(To do): Pick the lines holding the string "script" out of the records and copy them.

(Stored items):
+++++
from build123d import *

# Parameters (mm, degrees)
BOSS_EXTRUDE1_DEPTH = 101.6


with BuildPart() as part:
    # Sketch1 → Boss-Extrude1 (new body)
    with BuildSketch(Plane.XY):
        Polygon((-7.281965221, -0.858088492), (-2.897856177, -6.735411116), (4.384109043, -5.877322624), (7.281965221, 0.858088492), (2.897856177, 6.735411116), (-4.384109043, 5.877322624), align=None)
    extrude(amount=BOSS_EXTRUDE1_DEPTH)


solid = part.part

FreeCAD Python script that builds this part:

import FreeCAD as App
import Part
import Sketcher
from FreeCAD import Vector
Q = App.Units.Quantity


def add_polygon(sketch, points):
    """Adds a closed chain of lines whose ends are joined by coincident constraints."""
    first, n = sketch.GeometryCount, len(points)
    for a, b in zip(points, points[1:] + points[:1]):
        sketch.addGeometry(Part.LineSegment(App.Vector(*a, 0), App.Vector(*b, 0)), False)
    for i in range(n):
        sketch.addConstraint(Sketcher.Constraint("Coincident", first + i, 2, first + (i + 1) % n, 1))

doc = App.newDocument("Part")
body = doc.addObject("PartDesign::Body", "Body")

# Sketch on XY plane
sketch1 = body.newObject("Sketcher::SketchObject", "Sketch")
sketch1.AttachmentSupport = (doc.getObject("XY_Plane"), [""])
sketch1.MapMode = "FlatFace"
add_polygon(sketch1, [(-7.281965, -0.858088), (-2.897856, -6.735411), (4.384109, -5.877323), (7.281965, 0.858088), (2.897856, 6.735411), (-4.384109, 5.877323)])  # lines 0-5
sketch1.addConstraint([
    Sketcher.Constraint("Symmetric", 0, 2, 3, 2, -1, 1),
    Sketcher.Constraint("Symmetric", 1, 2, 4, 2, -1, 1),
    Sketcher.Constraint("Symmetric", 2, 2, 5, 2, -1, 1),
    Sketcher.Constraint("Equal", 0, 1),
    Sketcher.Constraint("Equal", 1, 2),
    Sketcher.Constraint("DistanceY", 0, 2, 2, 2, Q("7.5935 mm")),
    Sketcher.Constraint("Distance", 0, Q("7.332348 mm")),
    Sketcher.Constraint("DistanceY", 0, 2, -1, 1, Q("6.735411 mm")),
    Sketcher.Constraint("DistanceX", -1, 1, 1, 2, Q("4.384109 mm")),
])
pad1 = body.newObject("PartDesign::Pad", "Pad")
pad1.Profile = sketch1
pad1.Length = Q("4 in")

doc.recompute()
+++++
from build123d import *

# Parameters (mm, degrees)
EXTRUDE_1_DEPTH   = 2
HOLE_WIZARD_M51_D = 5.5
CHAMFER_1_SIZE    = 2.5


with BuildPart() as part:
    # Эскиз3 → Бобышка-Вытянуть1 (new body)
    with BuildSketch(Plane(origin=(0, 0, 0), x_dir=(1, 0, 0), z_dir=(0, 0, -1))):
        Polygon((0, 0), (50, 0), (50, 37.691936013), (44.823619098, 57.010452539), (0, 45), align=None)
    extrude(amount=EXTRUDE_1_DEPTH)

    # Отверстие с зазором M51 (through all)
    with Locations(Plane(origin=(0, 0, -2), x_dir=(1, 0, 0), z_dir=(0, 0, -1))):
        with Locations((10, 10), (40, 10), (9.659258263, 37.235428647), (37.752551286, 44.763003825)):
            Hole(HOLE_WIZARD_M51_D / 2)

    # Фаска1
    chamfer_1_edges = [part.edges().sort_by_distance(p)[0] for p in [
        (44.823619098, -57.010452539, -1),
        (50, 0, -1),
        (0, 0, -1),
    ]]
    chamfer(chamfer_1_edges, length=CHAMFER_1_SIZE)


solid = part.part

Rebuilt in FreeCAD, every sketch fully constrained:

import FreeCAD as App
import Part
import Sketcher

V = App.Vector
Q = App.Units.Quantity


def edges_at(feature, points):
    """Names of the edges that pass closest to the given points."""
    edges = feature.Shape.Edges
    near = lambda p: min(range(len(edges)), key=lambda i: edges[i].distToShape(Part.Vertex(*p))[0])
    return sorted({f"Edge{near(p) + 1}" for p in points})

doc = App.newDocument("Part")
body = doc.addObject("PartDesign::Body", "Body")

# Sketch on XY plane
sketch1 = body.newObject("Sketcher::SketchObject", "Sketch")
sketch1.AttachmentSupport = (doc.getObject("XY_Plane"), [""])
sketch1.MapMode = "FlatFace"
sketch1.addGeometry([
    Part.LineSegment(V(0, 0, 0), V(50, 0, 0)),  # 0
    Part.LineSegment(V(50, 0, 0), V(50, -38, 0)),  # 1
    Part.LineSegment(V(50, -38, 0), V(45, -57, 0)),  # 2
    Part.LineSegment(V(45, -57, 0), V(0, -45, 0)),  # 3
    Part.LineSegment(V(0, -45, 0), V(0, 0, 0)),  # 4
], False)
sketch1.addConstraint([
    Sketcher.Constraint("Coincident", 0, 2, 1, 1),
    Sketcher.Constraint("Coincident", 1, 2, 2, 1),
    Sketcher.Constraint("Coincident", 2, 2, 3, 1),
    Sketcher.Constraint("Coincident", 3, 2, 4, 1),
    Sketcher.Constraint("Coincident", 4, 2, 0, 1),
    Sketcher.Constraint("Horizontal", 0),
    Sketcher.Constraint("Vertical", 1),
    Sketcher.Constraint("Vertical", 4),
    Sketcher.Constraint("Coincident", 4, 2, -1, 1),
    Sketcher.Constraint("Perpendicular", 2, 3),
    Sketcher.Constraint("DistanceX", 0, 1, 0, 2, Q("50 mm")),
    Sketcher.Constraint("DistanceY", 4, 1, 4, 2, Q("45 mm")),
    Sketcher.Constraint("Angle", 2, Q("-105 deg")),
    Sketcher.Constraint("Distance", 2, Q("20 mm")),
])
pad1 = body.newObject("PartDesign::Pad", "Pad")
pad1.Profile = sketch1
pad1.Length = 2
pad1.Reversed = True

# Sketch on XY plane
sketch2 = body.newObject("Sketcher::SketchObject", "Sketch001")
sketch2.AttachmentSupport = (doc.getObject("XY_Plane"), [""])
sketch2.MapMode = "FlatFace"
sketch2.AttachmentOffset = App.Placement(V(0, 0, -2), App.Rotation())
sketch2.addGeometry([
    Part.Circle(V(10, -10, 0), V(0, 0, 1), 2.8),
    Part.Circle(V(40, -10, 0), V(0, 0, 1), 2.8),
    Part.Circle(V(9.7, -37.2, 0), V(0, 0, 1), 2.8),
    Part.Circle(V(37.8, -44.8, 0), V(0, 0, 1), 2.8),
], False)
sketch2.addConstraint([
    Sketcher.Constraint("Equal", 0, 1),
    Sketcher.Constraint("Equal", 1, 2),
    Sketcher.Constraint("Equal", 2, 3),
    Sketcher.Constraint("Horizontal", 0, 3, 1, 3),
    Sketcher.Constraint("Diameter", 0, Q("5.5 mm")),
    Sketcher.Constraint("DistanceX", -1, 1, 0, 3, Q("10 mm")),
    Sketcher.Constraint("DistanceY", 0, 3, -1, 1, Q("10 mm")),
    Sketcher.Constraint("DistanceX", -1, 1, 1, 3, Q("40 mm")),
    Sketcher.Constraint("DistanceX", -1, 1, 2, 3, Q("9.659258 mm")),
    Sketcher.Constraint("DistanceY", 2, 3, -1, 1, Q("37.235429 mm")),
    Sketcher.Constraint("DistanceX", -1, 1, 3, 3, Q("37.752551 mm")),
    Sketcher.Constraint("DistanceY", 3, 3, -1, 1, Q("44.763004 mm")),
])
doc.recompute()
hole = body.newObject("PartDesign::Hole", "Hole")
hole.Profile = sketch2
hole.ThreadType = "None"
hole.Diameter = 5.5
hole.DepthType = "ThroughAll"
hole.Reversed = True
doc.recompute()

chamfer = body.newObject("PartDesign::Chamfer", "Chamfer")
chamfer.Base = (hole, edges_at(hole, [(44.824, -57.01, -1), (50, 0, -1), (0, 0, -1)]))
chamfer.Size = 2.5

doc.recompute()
+++++
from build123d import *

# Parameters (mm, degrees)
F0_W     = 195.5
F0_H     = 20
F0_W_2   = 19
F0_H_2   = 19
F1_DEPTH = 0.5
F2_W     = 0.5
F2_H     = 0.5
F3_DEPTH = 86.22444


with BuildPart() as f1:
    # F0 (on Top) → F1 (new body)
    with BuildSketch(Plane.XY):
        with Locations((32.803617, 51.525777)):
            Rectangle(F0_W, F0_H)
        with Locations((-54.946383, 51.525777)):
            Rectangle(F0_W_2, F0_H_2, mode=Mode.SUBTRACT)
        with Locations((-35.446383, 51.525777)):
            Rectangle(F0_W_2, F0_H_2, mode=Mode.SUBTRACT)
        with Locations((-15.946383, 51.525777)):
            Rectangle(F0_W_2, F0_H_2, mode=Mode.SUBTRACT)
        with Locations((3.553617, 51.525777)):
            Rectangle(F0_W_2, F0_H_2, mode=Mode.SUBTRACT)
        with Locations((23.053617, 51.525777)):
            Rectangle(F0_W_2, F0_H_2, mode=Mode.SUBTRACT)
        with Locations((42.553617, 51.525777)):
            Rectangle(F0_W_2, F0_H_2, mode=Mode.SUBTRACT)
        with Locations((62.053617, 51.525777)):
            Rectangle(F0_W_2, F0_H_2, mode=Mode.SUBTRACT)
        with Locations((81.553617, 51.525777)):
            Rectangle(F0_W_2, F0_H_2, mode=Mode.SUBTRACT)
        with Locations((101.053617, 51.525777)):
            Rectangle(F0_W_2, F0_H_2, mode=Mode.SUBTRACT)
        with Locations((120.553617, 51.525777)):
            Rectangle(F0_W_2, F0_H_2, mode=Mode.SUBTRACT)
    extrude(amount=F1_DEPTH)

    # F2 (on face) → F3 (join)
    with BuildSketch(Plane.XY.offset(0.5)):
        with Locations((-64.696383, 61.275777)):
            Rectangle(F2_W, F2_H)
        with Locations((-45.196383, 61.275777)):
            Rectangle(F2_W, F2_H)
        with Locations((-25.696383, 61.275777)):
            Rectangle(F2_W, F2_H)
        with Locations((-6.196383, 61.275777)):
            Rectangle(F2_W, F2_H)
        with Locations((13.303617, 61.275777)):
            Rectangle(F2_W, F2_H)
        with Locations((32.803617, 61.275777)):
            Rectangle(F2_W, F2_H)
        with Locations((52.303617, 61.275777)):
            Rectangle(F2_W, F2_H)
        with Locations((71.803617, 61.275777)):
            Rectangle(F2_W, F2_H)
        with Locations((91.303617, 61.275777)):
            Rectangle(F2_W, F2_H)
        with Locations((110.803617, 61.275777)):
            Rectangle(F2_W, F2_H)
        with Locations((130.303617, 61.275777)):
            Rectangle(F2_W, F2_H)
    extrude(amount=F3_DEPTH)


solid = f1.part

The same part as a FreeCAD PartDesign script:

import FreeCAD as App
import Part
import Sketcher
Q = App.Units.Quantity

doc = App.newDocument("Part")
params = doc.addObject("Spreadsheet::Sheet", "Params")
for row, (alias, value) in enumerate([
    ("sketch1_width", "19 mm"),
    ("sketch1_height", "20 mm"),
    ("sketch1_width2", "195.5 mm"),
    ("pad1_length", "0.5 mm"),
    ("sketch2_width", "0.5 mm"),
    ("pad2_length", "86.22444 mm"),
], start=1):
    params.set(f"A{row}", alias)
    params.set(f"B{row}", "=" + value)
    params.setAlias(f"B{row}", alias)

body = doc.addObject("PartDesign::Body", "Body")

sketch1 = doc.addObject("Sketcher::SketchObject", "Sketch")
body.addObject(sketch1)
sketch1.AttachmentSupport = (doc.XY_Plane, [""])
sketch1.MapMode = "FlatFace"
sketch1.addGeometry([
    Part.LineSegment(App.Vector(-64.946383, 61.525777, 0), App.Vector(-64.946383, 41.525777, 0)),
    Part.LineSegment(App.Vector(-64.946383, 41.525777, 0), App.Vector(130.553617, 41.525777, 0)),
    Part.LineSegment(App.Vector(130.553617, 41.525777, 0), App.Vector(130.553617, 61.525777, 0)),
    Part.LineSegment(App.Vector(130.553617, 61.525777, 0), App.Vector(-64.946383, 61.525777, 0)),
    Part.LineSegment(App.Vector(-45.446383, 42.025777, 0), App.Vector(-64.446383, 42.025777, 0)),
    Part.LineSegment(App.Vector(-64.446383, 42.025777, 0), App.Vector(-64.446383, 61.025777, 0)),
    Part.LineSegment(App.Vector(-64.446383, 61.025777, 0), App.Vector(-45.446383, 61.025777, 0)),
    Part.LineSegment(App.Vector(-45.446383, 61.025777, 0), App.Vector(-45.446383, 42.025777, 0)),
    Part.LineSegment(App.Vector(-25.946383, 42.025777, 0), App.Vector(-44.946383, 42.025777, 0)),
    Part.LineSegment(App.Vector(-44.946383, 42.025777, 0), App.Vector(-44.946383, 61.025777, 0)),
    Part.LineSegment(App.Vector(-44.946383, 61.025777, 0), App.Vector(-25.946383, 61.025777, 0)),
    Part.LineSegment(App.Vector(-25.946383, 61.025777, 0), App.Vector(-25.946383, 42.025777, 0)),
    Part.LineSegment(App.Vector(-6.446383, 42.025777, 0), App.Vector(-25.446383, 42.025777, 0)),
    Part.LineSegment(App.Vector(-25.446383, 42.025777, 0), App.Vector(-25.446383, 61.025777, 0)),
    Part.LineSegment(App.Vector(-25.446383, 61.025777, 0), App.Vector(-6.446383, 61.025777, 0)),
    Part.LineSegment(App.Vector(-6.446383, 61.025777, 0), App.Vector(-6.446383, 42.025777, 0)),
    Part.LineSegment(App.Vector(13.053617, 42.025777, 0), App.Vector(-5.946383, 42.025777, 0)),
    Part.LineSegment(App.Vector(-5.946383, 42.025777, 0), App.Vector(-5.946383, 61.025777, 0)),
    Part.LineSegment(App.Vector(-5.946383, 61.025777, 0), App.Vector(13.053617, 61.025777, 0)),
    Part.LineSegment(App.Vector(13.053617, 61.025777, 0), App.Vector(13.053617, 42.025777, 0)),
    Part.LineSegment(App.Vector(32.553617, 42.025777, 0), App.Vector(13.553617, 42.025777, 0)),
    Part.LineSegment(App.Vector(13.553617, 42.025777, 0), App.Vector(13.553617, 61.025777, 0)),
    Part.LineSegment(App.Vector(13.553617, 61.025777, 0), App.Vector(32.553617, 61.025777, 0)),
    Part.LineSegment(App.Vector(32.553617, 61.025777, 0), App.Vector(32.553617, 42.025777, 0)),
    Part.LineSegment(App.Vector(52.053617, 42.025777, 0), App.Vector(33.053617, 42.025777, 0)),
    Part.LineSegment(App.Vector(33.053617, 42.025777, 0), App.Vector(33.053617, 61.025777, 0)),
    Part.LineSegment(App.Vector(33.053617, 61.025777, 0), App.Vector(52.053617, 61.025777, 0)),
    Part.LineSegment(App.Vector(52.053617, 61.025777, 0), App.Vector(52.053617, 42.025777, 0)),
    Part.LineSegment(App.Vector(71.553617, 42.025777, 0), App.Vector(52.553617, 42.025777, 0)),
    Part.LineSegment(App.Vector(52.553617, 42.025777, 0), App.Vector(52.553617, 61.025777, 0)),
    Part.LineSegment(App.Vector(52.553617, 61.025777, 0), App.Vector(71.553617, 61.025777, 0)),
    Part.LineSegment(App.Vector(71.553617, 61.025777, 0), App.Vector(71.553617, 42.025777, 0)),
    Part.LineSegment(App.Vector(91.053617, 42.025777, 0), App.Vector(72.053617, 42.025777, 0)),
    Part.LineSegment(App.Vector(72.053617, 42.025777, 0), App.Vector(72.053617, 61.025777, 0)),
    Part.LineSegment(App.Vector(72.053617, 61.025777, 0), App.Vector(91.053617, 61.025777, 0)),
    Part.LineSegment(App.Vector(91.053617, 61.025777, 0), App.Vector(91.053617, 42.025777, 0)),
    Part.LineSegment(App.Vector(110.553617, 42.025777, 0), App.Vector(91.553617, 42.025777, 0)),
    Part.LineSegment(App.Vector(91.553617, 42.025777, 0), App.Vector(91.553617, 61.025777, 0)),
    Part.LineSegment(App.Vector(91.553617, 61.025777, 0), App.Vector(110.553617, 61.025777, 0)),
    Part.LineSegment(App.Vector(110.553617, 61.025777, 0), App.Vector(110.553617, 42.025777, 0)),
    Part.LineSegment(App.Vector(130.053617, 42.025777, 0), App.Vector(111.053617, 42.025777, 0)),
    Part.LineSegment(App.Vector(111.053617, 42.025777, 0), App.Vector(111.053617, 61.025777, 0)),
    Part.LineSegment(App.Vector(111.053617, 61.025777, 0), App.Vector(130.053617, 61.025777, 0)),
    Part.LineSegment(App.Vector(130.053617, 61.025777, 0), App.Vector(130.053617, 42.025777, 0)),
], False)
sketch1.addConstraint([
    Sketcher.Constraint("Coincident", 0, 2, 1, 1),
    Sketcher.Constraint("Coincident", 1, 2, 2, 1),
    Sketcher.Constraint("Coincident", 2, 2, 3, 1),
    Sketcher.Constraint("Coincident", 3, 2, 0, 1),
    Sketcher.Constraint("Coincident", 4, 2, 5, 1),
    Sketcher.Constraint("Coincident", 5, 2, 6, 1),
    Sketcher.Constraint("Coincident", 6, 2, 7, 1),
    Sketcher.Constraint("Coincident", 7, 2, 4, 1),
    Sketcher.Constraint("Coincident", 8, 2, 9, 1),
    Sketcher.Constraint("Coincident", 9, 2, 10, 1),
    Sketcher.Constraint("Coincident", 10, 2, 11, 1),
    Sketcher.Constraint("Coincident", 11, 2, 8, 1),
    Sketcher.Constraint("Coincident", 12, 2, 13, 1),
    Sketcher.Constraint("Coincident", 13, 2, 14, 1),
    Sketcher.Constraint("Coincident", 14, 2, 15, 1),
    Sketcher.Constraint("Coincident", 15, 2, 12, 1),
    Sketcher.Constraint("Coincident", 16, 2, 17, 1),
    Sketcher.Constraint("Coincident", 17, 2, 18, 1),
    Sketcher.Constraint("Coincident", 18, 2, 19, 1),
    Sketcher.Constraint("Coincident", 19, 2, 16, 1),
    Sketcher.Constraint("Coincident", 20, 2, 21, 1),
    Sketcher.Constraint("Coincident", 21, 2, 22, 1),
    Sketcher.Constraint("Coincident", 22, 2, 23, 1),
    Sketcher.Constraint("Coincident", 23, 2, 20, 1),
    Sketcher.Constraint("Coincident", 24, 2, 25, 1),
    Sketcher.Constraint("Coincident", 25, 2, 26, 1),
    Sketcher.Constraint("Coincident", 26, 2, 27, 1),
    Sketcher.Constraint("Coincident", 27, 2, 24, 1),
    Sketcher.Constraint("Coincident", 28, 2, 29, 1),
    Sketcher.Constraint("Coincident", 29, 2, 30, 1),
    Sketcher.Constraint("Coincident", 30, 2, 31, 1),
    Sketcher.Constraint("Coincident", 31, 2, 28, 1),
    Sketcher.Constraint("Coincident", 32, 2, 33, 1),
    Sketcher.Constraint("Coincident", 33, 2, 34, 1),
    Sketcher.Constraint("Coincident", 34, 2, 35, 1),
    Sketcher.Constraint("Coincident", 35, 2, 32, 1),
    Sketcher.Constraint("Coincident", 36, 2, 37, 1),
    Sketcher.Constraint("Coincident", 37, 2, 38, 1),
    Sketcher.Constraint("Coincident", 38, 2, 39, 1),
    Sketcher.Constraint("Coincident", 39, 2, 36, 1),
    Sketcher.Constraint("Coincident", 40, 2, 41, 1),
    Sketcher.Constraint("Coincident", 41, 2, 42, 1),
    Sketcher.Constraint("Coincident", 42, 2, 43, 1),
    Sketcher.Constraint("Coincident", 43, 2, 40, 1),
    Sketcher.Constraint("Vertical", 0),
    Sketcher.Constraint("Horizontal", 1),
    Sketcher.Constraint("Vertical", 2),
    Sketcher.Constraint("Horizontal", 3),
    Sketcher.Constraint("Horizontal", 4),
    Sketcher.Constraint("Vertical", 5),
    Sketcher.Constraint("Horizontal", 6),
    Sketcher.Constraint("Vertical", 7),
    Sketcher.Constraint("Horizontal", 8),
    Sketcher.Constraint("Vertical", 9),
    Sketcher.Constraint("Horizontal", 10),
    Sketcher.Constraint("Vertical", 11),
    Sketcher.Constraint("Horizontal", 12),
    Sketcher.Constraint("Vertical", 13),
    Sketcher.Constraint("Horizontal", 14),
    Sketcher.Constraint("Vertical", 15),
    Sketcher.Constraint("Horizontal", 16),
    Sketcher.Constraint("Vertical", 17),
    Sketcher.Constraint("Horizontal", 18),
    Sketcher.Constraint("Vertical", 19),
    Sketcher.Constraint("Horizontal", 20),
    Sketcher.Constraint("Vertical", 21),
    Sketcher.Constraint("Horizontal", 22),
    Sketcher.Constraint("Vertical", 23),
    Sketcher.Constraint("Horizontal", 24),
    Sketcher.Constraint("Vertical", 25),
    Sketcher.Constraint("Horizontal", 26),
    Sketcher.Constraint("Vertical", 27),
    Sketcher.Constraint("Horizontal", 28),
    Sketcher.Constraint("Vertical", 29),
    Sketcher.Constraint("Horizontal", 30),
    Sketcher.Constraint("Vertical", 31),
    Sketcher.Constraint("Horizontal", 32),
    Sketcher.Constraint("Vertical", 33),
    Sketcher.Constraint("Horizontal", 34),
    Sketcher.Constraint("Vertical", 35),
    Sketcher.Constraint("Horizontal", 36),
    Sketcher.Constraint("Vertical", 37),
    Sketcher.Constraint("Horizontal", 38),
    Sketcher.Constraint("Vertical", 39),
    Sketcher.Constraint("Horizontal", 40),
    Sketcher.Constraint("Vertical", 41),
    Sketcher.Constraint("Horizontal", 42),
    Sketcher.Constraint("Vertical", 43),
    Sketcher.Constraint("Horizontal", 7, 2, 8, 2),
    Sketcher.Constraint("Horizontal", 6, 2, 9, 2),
+++++
(Solution):
FreeCAD Python script that builds this part:
The same part as a FreeCAD PartDesign script:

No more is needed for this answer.